**What this task involves:** Exactly the lines from the start of the data below through the line containing "v 1.4158 0 -1.0286" must be returned, and no others.
***** Provided records *****
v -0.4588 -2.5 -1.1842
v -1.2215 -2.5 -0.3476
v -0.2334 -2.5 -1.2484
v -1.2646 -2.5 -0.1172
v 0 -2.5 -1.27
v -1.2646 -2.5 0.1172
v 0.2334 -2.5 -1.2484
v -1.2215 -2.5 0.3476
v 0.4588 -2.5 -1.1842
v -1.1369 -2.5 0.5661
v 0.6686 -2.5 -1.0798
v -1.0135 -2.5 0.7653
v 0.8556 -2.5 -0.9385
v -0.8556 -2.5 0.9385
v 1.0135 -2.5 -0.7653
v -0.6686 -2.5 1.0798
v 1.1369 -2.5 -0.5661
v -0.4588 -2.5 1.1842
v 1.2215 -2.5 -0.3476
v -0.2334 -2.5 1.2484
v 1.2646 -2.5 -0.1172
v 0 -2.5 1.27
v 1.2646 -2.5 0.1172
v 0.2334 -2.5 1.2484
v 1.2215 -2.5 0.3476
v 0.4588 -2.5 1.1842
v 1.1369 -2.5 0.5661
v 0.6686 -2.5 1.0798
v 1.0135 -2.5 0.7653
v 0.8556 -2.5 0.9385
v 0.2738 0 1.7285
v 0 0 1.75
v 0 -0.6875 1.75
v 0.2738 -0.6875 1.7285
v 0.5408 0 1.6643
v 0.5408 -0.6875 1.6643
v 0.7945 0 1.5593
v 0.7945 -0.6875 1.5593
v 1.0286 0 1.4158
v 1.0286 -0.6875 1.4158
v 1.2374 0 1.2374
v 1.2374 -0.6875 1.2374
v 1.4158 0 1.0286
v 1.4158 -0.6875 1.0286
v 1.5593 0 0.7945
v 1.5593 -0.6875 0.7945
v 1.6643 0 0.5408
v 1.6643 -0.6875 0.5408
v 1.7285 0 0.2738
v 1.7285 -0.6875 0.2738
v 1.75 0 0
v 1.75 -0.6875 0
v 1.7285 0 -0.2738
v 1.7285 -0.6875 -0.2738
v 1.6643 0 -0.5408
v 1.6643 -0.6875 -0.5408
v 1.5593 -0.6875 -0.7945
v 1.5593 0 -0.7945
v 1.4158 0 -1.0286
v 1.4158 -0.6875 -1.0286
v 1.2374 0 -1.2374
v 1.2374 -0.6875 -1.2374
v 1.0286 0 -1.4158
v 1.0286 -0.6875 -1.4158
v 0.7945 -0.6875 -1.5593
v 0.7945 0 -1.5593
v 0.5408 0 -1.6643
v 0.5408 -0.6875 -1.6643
*****
**Answer to the problem:**
v -0.4588 -2.5 -1.1842
v -1.2215 -2.5 -0.3476
v -0.2334 -2.5 -1.2484
v -1.2646 -2.5 -0.1172
v 0 -2.5 -1.27
v -1.2646 -2.5 0.1172
v 0.2334 -2.5 -1.2484
v -1.2215 -2.5 0.3476
v 0.4588 -2.5 -1.1842
v -1.1369 -2.5 0.5661
v 0.6686 -2.5 -1.0798
v -1.0135 -2.5 0.7653
v 0.8556 -2.5 -0.9385
v -0.8556 -2.5 0.9385
v 1.0135 -2.5 -0.7653
v -0.6686 -2.5 1.0798
v 1.1369 -2.5 -0.5661
v -0.4588 -2.5 1.1842
v 1.2215 -2.5 -0.3476
v -0.2334 -2.5 1.2484
v 1.2646 -2.5 -0.1172
v 0 -2.5 1.27
v 1.2646 -2.5 0.1172
v 0.2334 -2.5 1.2484
v 1.2215 -2.5 0.3476
v 0.4588 -2.5 1.1842
v 1.1369 -2.5 0.5661
v 0.6686 -2.5 1.0798
v 1.0135 -2.5 0.7653
v 0.8556 -2.5 0.9385
v 0.2738 0 1.7285
v 0 0 1.75
v 0 -0.6875 1.75
v 0.2738 -0.6875 1.7285
v 0.5408 0 1.6643
v 0.5408 -0.6875 1.6643
v 0.7945 0 1.5593
v 0.7945 -0.6875 1.5593
v 1.0286 0 1.4158
v 1.0286 -0.6875 1.4158
v 1.2374 0 1.2374
v 1.2374 -0.6875 1.2374
v 1.4158 0 1.0286
v 1.4158 -0.6875 1.0286
v 1.5593 0 0.7945
v 1.5593 -0.6875 0.7945
v 1.6643 0 0.5408
v 1.6643 -0.6875 0.5408
v 1.7285 0 0.2738
v 1.7285 -0.6875 0.2738
v 1.75 0 0
v 1.75 -0.6875 0
v 1.7285 0 -0.2738
v 1.7285 -0.6875 -0.2738
v 1.6643 0 -0.5408
v 1.6643 -0.6875 -0.5408
v 1.5593 -0.6875 -0.7945
v 1.5593 0 -0.7945
v 1.4158 0 -1.0286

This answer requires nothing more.